Olson possesses much knowledge accumulated through years of research in public policy and aging — she holds a Ph.D. and is a political science professor at Lehigh University. But the aforementioned advice comes from the personal experience she has gained as a caregiver for her mother, Dorothy, who has Parkinson's disease and deteriorated vision.
 

“The driving force of quality care is the staff,” Olson says. Communities that commit to excellence by providing relatively high wages, great healthcare benefits and opportunities for advancement for staff members, she adds, are more likely to be rewarded with minimal turnover, which means that staff members are more likely to be familiar with resident needs and care about meeting them.
 

Olson sees it at the nursing home where her mother lives. “Any one of them who has worked in another place tells me this is the best place to work in,” she says, noting that several staff members have family members who work or live there.
 

The dining experience is another way that assisted living communities and skilled nursing facilities can differentiate themselves, Olson says — an important point because meals can be the highlight in the daily life of an elderly person with declining physical abilities. Where her mother lives, “they go over backwards to let them have what they really would like to eat,” whether it be vegetarian meals, as her mother prefers, or something that's not on the menu. “The food is delicious,” Olson says. “I'm absolutely astounded at how good it is.”
 

Another lesson Olson says she has learned the hard way? Look beyond looks. An assisted living community where her mother previously lived “was one of the most beautiful places I had ever seen,” she says. The people who operated the small facility, however, “focused on keeping people in bed so they didn't have to do anything,” Olson says.
 

The place her mother lives now, her third senior living residence, is an older nursing home operated by the county in which it is located and, although it probably wouldn't win a beauty contest, it is “as good as you're going to get in an institution the United States,” she says. The nursing home holds care-planning meetings with family members every six weeks — something others are supposed to do but often don't, Olson says, and activities are “constant and interesting.”
 

Olson knows that there are high-quality assisted living communities out there — for-profit, not-for-profit, multisite chains and single-site facilities. Her 101-year-old mother-in-law is receiving great care and participating in the many activities at the community where she lives, she says. And Olson believes that operators that receive government funding would benefit from more of it.
 

But the professor also knows that many of her opinions and suggestions might not be shared or appreciated by some senior living owners and operators.
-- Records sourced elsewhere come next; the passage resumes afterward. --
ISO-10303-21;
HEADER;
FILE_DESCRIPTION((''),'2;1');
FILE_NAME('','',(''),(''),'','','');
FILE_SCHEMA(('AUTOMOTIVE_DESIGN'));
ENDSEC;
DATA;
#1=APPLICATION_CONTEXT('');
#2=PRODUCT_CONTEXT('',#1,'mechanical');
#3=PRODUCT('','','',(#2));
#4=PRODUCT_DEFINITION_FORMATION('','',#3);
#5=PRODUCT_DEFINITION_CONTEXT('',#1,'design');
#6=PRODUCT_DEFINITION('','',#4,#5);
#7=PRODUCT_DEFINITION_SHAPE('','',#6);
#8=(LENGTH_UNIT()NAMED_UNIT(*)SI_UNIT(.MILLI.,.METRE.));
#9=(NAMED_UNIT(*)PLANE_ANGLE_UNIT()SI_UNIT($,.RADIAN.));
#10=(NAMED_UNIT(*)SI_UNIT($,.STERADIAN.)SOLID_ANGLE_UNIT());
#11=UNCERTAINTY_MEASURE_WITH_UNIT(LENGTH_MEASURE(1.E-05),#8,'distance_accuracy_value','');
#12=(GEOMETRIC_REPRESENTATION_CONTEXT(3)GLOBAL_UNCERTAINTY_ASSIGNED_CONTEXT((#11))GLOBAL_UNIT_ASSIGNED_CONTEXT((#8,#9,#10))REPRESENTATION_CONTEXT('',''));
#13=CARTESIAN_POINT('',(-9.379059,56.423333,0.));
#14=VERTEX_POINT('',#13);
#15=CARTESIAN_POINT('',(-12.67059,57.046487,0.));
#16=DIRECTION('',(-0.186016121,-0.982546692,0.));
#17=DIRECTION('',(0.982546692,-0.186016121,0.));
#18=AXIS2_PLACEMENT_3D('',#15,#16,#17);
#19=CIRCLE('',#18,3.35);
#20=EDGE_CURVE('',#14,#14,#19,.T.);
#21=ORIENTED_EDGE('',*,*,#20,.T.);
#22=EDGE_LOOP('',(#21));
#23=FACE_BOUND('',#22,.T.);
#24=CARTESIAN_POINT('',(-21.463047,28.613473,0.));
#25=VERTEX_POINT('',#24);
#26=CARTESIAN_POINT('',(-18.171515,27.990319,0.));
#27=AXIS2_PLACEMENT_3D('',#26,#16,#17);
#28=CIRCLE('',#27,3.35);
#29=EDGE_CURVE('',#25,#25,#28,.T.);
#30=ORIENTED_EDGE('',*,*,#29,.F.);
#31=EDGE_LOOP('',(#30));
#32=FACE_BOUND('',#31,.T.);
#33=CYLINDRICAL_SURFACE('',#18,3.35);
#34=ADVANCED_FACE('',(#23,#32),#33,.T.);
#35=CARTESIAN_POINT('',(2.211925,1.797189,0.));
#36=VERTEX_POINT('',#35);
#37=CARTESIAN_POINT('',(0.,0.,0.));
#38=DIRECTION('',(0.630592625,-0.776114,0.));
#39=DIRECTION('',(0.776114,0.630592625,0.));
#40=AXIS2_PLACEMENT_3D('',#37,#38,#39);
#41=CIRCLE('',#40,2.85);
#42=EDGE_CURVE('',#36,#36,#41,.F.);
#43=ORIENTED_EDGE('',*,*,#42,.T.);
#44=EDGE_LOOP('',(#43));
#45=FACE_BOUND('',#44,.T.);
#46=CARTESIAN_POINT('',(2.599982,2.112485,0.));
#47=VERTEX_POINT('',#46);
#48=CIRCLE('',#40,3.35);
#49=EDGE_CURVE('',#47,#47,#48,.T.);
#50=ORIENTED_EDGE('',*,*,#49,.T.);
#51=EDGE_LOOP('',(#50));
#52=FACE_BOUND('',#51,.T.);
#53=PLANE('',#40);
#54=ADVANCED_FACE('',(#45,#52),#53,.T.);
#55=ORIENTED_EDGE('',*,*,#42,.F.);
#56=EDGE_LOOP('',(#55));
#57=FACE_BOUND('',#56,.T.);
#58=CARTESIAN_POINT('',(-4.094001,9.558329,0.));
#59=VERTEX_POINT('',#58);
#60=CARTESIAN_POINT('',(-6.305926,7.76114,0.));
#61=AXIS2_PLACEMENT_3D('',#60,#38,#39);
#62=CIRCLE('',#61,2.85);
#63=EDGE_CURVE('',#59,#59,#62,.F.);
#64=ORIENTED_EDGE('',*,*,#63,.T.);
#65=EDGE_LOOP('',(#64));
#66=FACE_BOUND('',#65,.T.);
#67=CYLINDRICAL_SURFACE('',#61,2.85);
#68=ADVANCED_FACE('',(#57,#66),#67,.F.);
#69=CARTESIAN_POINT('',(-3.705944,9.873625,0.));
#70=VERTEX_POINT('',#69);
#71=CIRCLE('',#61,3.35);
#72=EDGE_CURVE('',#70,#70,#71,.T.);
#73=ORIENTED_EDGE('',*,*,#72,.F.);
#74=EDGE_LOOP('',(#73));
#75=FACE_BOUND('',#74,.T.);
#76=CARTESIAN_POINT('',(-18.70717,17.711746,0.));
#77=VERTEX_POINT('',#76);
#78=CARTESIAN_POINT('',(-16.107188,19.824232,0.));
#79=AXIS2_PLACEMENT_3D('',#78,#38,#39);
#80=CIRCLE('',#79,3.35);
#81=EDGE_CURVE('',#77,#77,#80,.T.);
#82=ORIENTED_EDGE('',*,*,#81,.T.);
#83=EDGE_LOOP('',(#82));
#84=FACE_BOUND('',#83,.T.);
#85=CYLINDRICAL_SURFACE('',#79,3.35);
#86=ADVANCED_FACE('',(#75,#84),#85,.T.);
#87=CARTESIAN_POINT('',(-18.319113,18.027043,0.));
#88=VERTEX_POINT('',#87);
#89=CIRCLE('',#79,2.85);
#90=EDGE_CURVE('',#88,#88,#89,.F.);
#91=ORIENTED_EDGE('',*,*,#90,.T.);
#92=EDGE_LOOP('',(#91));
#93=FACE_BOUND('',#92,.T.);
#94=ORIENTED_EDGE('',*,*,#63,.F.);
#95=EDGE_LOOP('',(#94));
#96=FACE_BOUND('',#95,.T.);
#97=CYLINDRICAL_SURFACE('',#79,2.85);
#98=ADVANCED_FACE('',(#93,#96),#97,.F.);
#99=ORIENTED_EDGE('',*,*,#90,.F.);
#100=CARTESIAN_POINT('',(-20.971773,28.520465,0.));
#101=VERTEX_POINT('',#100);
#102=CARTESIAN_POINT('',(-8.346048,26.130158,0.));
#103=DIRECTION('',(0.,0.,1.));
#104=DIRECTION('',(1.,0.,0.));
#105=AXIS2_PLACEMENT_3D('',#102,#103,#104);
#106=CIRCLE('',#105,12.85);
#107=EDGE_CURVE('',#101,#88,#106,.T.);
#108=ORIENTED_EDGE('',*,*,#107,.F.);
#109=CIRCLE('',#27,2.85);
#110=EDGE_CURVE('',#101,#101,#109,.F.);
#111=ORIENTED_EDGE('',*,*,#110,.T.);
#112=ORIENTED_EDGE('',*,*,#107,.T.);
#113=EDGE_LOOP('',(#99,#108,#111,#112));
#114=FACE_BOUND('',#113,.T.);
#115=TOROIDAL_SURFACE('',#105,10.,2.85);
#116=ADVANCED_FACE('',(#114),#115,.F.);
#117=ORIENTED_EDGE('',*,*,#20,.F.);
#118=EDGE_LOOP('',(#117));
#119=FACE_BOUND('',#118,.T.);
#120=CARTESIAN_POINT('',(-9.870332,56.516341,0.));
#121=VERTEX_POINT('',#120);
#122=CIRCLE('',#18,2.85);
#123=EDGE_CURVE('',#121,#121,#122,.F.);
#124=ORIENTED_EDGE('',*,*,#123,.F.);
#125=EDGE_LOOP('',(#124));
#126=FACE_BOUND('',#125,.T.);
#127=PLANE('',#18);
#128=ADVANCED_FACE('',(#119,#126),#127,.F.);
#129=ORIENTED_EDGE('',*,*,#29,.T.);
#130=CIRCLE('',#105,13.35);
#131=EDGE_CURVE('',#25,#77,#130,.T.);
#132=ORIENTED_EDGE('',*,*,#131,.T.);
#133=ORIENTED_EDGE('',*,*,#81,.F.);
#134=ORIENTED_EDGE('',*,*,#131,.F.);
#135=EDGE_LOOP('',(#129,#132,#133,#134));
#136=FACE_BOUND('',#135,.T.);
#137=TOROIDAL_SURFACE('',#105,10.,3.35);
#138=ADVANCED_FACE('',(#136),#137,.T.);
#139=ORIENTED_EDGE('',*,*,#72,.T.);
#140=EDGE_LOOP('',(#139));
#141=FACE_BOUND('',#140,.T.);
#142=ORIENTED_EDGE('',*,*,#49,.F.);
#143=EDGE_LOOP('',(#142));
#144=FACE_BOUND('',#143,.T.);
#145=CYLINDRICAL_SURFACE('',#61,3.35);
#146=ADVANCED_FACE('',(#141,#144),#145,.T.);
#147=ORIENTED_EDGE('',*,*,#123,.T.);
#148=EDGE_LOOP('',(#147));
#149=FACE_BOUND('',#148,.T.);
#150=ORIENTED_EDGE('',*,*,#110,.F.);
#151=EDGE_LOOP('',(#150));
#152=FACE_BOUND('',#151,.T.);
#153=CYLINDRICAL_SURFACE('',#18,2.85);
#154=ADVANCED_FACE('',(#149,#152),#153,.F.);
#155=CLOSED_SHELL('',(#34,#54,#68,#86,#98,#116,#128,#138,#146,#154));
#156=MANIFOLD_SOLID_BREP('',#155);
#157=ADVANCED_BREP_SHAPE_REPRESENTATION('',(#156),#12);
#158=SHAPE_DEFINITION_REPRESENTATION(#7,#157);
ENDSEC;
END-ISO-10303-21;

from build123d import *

# Parameters (mm, degrees)
SKETCH_2_R   = 3.35
SKETCH_2_R_2 = 2.85


with BuildPart() as part:
    # По траектории1: sweep along a path in Эскиз1
    with BuildLine(Plane.XY) as sweep_1_path:
        Line((-12.67059026, 57.046486939), (-18.171515217, 27.990319213))
        ThreePointArc((-18.171515217, 27.990319213), (-18.041069279, 23.679327915), (-16.107188295, 19.824231748))
        Line((-16.107188295, 19.824231748), (-6.305926251, 7.761140001))
        Line((-6.305926251, 7.761140001), (0, 0))
    # Эскиз2 → По траектории1 (sweep)
    with BuildSketch(Plane(origin=(0, 0, 0), x_dir=(-0.7761140001162656, -0.6305926250944656, 0), z_dir=(0.6305926250944656, -0.7761140001162656, 0))):
        Circle(SKETCH_2_R)
        Circle(SKETCH_2_R_2, mode=Mode.SUBTRACT)
    sweep(path=sweep_1_path.line)


solid = part.part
More assisted living inspections are needed in some states, for instance, she believes, although she also maintains that senior living leaders should be focused on more than simply meeting minimum standards.
 

And she is not a fan of private equity ownership. “The model of a private equity firm is to extract as much money as you can out of whatever they have, and then sell it at a profit, and to me, that's antithetical to good care,” Olson says.
 

And she believes that a mandatory, government-run insurance program for long-term services and supports is needed to broaden the risk pool. “In my view, from everything I've read, I don't see how anybody could still be proposing private insurance,” Olson says. Issues related to private long-term care insurance, in her opinion, are that it is not affordable for the average person, is not very useful because of qualifying criteria and elimination periods, and as a whole will be unable to meet the needs of a growing population of adults who are living longer.
 

Whether or not you agree with Olson, however, you would be smart to take her seriously. You can be certain that policymakers and your potential residents and their family members will. Many of them will be reading her latest book, “Elder Care Journey: A View from the Front Lines,” which details her experience, the issues she has encountered and the solutions she proposes.